Work instructions:
Make a word-for-word copy of the entries below from their first line through the line with "f 415 511 509", and add nothing.

# # # # #

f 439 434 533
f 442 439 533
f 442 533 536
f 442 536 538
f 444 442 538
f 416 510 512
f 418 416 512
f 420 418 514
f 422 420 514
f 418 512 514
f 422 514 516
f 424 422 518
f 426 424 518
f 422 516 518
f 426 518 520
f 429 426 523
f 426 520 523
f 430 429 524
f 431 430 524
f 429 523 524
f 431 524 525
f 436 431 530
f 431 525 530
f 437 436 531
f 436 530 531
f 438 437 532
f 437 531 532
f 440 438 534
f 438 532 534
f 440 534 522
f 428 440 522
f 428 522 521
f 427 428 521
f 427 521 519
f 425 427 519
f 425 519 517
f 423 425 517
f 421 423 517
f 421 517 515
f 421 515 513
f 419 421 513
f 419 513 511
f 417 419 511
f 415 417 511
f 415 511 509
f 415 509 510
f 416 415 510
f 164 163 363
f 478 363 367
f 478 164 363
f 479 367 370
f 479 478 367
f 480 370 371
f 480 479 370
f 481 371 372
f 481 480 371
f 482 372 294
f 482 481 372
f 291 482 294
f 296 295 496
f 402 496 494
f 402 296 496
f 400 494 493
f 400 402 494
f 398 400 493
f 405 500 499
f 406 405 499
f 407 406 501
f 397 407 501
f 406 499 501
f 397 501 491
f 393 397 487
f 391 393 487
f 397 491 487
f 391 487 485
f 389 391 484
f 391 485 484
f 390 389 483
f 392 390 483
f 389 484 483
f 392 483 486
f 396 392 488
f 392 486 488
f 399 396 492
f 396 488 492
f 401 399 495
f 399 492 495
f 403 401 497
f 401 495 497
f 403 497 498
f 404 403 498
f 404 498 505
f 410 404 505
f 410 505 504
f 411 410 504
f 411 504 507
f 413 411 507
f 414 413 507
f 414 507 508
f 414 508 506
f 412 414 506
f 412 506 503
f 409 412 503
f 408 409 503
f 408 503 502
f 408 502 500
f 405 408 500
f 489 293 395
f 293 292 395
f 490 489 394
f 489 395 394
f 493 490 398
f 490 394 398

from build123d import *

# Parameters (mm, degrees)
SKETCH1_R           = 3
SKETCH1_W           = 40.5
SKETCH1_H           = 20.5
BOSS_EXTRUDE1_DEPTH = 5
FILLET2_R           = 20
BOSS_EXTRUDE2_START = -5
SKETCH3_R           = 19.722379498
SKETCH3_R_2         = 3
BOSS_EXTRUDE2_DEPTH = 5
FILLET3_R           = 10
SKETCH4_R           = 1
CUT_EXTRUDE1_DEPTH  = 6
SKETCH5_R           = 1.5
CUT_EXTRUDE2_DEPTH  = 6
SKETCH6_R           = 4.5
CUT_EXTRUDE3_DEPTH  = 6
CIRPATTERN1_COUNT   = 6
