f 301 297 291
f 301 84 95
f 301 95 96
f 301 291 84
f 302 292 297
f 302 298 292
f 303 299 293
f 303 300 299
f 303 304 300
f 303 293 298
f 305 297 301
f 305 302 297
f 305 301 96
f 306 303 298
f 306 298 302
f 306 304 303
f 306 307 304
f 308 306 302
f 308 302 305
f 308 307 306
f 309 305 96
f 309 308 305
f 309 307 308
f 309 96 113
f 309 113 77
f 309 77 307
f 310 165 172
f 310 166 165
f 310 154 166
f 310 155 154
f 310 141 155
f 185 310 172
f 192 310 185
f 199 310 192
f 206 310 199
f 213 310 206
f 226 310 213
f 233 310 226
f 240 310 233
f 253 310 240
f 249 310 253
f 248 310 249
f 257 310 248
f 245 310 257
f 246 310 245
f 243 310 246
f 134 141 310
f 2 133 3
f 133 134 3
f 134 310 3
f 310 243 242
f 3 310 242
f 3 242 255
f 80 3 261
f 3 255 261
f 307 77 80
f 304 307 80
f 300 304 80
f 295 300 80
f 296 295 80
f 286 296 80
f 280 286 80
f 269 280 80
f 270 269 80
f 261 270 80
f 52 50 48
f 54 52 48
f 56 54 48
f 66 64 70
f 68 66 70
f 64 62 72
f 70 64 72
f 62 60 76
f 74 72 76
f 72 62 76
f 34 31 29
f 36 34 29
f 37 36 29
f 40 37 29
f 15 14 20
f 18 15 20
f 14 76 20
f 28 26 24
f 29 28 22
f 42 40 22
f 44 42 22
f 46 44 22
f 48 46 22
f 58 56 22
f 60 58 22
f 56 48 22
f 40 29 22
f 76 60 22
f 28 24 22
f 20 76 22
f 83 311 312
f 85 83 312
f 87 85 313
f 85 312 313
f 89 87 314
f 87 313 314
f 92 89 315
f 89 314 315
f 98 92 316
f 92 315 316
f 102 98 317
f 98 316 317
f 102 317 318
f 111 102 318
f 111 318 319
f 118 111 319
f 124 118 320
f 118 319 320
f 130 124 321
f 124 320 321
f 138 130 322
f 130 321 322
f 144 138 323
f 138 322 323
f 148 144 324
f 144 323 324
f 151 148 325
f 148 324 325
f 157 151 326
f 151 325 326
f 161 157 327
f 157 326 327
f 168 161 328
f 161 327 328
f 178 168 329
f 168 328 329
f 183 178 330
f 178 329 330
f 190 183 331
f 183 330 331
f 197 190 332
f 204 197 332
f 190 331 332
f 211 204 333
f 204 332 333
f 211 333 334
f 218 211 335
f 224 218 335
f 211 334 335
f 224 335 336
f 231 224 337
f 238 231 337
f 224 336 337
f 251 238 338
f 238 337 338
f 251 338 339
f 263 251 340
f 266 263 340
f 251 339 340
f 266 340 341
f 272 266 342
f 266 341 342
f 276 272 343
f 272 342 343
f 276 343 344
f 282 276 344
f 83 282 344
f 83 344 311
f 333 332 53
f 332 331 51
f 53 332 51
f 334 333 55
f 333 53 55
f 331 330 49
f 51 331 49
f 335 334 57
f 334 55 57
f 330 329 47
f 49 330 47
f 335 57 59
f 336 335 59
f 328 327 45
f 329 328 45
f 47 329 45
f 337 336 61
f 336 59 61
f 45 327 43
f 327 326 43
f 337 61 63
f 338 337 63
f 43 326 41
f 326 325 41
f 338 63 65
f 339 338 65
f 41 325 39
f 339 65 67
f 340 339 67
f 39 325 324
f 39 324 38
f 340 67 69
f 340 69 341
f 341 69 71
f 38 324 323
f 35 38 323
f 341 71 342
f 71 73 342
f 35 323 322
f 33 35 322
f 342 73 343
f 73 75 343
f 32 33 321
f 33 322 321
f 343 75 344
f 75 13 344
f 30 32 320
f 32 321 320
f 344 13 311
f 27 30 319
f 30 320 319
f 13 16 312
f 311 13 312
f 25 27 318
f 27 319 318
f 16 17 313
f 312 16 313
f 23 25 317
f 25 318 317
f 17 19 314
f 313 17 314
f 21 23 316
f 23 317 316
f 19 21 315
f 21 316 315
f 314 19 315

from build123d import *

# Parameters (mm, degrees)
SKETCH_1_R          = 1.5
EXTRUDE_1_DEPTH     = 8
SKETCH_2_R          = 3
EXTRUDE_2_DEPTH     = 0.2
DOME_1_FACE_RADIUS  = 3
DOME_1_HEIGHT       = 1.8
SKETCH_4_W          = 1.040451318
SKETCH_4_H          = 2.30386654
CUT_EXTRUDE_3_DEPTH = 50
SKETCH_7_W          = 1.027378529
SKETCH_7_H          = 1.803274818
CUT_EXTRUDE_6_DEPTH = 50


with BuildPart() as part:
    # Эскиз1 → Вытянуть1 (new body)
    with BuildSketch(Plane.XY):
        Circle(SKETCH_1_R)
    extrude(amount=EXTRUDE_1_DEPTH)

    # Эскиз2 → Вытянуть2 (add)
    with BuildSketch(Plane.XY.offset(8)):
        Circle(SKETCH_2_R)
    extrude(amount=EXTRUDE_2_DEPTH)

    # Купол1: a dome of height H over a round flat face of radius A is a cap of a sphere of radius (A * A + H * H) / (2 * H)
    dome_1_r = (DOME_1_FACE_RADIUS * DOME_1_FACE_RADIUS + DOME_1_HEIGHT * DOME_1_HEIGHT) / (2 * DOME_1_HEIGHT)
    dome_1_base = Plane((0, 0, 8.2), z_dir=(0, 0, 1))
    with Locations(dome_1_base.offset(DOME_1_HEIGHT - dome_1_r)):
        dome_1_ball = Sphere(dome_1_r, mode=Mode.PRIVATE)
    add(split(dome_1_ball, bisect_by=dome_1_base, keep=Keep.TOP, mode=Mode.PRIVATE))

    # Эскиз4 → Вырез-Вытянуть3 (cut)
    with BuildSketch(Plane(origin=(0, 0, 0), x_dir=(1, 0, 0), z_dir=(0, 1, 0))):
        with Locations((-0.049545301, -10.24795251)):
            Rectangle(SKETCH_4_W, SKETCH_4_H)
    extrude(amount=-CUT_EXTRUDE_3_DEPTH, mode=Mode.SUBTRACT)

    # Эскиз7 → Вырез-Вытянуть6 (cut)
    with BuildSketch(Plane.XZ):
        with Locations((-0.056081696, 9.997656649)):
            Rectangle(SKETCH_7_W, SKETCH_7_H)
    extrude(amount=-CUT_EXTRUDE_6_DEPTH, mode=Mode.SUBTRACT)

# # # # #

Answer area:
f 439 434 533
f 442 439 533
f 442 533 536
f 442 536 538
f 444 442 538
f 416 510 512
f 418 416 512
f 420 418 514
f 422 420 514
f 418 512 514
f 422 514 516
f 424 422 518
f 426 424 518
f 422 516 518
f 426 518 520
f 429 426 523
f 426 520 523
f 430 429 524
f 431 430 524
f 429 523 524
f 431 524 525
f 436 431 530
f 431 525 530
f 437 436 531
f 436 530 531
f 438 437 532
f 437 531 532
f 440 438 534
f 438 532 534
f 440 534 522
f 428 440 522
f 428 522 521
f 427 428 521
f 427 521 519
f 425 427 519
f 425 519 517
f 423 425 517
f 421 423 517
f 421 517 515
f 421 515 513
f 419 421 513
f 419 513 511
f 417 419 511
f 415 417 511
f 415 511 509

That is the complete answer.